BEGIN The data

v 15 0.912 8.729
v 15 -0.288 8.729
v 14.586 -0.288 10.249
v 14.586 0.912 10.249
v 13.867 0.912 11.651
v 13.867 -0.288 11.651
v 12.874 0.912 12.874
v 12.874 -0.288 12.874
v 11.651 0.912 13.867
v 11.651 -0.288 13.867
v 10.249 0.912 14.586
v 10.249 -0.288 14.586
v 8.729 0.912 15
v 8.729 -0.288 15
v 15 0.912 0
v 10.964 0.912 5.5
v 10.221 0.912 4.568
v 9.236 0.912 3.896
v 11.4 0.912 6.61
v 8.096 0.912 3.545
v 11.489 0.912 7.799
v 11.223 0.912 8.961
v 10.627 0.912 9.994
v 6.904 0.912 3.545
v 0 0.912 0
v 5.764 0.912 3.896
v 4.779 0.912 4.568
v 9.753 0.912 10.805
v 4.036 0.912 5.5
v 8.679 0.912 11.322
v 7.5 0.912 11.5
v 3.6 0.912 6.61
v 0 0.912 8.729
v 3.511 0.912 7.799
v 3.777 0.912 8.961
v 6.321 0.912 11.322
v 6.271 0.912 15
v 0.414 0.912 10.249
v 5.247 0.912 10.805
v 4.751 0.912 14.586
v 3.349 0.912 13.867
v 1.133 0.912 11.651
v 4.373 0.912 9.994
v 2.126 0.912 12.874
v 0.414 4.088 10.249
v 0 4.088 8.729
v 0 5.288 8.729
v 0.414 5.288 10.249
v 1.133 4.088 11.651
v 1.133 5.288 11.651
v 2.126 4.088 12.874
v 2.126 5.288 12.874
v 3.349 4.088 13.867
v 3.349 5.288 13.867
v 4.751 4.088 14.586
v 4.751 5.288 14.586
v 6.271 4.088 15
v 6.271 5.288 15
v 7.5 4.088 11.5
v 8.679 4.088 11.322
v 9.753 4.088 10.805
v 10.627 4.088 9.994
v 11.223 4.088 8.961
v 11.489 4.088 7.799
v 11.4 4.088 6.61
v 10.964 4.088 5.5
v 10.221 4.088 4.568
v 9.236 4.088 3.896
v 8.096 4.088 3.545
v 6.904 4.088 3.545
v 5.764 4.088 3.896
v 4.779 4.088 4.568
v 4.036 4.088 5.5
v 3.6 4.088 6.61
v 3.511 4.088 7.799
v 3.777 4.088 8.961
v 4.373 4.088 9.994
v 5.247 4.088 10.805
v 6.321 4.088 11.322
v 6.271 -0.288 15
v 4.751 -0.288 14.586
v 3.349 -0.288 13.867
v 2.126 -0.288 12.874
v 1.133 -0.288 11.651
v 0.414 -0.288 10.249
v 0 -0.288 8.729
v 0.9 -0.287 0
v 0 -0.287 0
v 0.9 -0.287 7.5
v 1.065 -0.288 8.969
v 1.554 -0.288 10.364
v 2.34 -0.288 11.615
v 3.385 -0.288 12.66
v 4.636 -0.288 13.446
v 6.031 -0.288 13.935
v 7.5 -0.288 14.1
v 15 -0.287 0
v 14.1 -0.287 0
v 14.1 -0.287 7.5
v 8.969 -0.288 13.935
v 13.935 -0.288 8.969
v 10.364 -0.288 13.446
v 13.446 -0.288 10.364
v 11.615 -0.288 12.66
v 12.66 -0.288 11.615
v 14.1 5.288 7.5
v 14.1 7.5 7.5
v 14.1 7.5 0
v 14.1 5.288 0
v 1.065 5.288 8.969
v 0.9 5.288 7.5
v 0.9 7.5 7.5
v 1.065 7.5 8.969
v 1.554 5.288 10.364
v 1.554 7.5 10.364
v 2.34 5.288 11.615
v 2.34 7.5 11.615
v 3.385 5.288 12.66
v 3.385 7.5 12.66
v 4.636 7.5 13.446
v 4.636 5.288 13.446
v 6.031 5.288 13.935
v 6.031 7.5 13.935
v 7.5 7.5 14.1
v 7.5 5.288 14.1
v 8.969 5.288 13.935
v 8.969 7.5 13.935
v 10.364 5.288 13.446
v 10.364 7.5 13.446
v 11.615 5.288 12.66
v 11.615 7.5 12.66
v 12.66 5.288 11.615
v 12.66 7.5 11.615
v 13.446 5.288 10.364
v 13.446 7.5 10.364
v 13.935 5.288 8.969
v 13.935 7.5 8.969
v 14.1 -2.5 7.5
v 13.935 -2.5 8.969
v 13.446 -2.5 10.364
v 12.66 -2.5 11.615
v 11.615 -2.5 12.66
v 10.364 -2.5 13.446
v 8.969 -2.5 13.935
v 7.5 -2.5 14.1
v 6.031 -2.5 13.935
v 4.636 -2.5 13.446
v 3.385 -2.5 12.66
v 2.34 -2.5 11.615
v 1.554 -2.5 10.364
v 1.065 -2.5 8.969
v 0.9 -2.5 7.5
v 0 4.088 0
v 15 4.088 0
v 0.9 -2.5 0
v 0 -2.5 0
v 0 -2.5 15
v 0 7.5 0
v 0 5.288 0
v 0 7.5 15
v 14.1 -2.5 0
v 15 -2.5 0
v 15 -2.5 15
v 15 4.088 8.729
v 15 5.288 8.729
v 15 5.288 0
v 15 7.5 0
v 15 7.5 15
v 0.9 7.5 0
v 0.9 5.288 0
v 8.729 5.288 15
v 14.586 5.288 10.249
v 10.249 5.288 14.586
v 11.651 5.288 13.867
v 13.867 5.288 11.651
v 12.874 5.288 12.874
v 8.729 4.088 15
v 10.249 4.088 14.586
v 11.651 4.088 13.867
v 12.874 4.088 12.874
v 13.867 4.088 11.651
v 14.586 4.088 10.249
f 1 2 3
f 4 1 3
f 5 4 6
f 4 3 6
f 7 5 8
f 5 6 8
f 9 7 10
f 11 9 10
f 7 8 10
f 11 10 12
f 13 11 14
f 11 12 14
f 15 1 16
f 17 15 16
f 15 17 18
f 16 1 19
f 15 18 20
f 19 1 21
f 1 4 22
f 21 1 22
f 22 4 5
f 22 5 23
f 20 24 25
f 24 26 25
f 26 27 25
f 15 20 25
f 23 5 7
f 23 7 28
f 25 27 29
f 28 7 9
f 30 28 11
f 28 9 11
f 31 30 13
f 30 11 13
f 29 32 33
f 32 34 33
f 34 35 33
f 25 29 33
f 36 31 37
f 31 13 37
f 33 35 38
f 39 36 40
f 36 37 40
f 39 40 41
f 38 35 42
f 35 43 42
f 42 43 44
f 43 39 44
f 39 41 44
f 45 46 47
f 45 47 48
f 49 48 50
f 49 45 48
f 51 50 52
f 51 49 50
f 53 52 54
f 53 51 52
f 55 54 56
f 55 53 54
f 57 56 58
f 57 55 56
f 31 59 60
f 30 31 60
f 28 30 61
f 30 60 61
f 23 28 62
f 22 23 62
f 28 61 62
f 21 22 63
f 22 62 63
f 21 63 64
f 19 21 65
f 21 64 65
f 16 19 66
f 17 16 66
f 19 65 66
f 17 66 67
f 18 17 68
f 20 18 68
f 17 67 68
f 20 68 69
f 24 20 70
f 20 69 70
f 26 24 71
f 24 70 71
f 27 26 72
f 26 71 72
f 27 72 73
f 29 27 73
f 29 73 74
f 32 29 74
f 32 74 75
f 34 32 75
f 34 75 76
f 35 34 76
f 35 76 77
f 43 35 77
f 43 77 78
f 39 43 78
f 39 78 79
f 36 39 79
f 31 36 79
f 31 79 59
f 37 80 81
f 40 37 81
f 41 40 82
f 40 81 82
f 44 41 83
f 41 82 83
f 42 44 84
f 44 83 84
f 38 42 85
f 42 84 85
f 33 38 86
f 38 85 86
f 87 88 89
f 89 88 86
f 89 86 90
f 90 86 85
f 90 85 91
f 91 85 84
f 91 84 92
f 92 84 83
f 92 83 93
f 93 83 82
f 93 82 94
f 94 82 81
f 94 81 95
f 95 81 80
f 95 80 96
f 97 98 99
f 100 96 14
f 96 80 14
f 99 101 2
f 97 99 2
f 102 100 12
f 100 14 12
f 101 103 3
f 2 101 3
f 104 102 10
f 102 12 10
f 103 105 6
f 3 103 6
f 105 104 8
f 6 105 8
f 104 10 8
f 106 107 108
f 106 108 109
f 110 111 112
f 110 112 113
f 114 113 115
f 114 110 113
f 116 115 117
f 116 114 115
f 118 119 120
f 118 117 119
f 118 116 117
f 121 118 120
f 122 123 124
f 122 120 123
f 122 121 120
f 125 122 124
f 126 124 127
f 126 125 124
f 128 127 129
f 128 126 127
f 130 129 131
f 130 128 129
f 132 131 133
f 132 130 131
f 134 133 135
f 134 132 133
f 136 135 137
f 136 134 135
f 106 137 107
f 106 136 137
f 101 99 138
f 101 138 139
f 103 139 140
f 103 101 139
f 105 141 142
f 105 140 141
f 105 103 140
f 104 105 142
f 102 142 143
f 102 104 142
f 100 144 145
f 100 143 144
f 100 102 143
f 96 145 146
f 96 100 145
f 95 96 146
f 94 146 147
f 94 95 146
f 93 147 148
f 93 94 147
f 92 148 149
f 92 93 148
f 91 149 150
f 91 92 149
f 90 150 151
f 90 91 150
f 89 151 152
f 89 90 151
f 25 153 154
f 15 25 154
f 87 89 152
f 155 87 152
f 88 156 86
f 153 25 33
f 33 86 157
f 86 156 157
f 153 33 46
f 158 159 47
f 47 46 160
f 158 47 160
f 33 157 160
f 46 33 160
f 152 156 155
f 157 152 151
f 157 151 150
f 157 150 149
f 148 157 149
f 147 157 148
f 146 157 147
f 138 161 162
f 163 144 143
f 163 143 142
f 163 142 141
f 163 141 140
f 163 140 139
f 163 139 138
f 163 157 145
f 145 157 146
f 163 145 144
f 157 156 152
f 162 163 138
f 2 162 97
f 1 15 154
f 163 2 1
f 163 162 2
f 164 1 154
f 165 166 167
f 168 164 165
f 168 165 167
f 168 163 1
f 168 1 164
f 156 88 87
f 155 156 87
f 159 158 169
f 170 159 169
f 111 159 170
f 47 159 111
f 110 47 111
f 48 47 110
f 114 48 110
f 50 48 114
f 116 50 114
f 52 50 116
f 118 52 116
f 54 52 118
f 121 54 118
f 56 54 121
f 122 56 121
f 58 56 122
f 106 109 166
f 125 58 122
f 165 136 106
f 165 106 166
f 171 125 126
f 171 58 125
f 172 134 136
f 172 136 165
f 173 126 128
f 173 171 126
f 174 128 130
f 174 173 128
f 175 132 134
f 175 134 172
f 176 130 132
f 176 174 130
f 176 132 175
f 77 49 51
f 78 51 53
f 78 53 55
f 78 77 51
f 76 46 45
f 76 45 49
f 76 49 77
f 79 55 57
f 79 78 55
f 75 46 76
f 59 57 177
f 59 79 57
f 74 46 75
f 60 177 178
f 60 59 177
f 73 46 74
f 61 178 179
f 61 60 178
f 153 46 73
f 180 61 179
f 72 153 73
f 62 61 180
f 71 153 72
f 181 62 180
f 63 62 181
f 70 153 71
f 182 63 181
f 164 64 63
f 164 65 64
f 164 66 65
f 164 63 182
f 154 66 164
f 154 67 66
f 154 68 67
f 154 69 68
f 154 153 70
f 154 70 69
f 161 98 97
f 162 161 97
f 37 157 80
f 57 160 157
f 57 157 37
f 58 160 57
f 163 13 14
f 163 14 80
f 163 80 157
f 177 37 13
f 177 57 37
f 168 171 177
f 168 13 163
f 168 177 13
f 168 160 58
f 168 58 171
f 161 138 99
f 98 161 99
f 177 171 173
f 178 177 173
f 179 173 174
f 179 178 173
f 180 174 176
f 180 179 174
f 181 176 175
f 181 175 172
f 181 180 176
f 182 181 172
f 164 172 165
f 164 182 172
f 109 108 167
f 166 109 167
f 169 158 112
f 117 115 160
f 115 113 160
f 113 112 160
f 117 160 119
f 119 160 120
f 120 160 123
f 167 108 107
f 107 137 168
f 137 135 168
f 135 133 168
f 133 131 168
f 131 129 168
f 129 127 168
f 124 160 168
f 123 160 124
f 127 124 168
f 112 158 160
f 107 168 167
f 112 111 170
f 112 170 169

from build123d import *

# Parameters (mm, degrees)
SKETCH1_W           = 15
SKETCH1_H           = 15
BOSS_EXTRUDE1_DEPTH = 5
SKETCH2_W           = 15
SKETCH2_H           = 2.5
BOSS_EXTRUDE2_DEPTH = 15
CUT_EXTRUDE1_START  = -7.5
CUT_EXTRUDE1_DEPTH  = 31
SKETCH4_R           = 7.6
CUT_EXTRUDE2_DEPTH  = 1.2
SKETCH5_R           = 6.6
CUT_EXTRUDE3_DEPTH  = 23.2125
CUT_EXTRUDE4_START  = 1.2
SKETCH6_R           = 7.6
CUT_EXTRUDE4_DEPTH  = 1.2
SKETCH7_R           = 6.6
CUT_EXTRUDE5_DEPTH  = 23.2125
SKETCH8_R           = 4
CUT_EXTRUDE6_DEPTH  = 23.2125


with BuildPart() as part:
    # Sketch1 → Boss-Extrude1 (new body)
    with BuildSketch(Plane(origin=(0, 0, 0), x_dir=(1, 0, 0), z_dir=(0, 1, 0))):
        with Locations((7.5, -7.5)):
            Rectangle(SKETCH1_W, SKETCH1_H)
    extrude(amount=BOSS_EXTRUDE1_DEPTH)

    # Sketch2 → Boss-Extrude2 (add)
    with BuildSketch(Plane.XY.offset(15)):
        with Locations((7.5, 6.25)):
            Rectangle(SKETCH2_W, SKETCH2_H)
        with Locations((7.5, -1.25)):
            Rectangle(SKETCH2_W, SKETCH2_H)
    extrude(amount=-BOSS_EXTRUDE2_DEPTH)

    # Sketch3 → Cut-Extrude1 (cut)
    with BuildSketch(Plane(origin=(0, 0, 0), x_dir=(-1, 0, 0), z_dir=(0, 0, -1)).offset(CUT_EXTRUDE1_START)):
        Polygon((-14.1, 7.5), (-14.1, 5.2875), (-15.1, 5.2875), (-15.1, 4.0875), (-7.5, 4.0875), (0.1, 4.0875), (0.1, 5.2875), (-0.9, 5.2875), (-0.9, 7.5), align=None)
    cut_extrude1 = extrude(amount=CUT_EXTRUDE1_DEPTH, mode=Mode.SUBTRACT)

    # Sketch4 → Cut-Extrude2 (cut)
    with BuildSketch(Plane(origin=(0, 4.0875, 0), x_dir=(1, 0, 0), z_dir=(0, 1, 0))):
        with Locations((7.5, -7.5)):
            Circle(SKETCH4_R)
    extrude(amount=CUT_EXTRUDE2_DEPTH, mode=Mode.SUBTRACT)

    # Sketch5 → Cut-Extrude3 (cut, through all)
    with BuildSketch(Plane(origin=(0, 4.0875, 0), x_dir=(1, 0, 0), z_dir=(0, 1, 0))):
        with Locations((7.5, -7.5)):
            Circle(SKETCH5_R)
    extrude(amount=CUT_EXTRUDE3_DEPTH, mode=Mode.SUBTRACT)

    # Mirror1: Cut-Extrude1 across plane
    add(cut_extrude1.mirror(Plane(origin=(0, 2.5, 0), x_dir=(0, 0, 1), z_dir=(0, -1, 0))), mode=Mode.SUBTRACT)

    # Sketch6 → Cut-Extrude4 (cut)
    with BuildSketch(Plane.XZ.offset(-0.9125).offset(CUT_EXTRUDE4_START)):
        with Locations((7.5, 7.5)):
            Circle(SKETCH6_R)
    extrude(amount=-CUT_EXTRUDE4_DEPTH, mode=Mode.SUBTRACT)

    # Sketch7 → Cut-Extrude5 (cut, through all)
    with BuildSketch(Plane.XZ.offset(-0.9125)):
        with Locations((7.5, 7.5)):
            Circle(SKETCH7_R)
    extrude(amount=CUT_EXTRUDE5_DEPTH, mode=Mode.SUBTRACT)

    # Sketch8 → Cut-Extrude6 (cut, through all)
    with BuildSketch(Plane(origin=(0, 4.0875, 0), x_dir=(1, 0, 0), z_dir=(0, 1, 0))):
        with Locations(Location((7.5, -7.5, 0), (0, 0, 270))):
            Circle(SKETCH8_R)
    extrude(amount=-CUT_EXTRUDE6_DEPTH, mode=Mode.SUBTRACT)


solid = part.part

END The data
BEGIN The data

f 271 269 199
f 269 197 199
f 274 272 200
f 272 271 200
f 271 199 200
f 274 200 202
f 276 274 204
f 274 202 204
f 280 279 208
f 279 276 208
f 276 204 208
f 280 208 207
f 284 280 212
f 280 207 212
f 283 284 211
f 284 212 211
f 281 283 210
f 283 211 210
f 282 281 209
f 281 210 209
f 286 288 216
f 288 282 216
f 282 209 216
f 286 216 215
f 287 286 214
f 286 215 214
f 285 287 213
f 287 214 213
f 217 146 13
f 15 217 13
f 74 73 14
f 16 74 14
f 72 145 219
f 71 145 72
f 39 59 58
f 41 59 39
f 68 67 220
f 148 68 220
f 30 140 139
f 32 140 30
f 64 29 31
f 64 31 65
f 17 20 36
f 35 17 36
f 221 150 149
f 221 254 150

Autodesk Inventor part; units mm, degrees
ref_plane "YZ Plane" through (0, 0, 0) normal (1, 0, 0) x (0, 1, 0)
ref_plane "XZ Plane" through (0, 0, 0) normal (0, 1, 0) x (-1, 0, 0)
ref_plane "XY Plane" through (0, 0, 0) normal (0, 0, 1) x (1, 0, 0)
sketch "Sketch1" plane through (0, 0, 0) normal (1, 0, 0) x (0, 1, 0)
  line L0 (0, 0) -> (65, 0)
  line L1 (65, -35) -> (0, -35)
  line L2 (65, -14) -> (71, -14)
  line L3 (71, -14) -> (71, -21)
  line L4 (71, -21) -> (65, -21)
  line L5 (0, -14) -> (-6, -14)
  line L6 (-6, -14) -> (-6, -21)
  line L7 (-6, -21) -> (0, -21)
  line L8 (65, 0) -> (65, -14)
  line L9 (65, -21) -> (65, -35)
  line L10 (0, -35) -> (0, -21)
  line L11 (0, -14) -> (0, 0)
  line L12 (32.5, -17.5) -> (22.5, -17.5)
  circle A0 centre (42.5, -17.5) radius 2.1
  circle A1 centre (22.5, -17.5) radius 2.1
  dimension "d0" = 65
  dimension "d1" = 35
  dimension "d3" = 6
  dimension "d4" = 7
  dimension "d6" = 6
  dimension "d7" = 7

END The data

Problem to solve ->
An exact copy of the lines above, from the one containing "v 15 0.912 8.729" down to the one containing "v 1.065 5.288 8.969" and including both, is the whole answer; retype it and nothing else.

Solved exercise ->
v 15 0.912 8.729
v 15 -0.288 8.729
v 14.586 -0.288 10.249
v 14.586 0.912 10.249
v 13.867 0.912 11.651
v 13.867 -0.288 11.651
v 12.874 0.912 12.874
v 12.874 -0.288 12.874
v 11.651 0.912 13.867
v 11.651 -0.288 13.867
v 10.249 0.912 14.586
v 10.249 -0.288 14.586
v 8.729 0.912 15
v 8.729 -0.288 15
v 15 0.912 0
v 10.964 0.912 5.5
v 10.221 0.912 4.568
v 9.236 0.912 3.896
v 11.4 0.912 6.61
v 8.096 0.912 3.545
v 11.489 0.912 7.799
v 11.223 0.912 8.961
v 10.627 0.912 9.994
v 6.904 0.912 3.545
v 0 0.912 0
v 5.764 0.912 3.896
v 4.779 0.912 4.568
v 9.753 0.912 10.805
v 4.036 0.912 5.5
v 8.679 0.912 11.322
v 7.5 0.912 11.5
v 3.6 0.912 6.61
v 0 0.912 8.729
v 3.511 0.912 7.799
v 3.777 0.912 8.961
v 6.321 0.912 11.322
v 6.271 0.912 15
v 0.414 0.912 10.249
v 5.247 0.912 10.805
v 4.751 0.912 14.586
v 3.349 0.912 13.867
v 1.133 0.912 11.651
v 4.373 0.912 9.994
v 2.126 0.912 12.874
v 0.414 4.088 10.249
v 0 4.088 8.729
v 0 5.288 8.729
v 0.414 5.288 10.249
v 1.133 4.088 11.651
v 1.133 5.288 11.651
v 2.126 4.088 12.874
v 2.126 5.288 12.874
v 3.349 4.088 13.867
v 3.349 5.288 13.867
v 4.751 4.088 14.586
v 4.751 5.288 14.586
v 6.271 4.088 15
v 6.271 5.288 15
v 7.5 4.088 11.5
v 8.679 4.088 11.322
v 9.753 4.088 10.805
v 10.627 4.088 9.994
v 11.223 4.088 8.961
v 11.489 4.088 7.799
v 11.4 4.088 6.61
v 10.964 4.088 5.5
v 10.221 4.088 4.568
v 9.236 4.088 3.896
v 8.096 4.088 3.545
v 6.904 4.088 3.545
v 5.764 4.088 3.896
v 4.779 4.088 4.568
v 4.036 4.088 5.5
v 3.6 4.088 6.61
v 3.511 4.088 7.799
v 3.777 4.088 8.961
v 4.373 4.088 9.994
v 5.247 4.088 10.805
v 6.321 4.088 11.322
v 6.271 -0.288 15
v 4.751 -0.288 14.586
v 3.349 -0.288 13.867
v 2.126 -0.288 12.874
v 1.133 -0.288 11.651
v 0.414 -0.288 10.249
v 0 -0.288 8.729
v 0.9 -0.287 0
v 0 -0.287 0
v 0.9 -0.287 7.5
v 1.065 -0.288 8.969
v 1.554 -0.288 10.364
v 2.34 -0.288 11.615
v 3.385 -0.288 12.66
v 4.636 -0.288 13.446
v 6.031 -0.288 13.935
v 7.5 -0.288 14.1
v 15 -0.287 0
v 14.1 -0.287 0
v 14.1 -0.287 7.5
v 8.969 -0.288 13.935
v 13.935 -0.288 8.969
v 10.364 -0.288 13.446
v 13.446 -0.288 10.364
v 11.615 -0.288 12.66
v 12.66 -0.288 11.615
v 14.1 5.288 7.5
v 14.1 7.5 7.5
v 14.1 7.5 0
v 14.1 5.288 0
v 1.065 5.288 8.969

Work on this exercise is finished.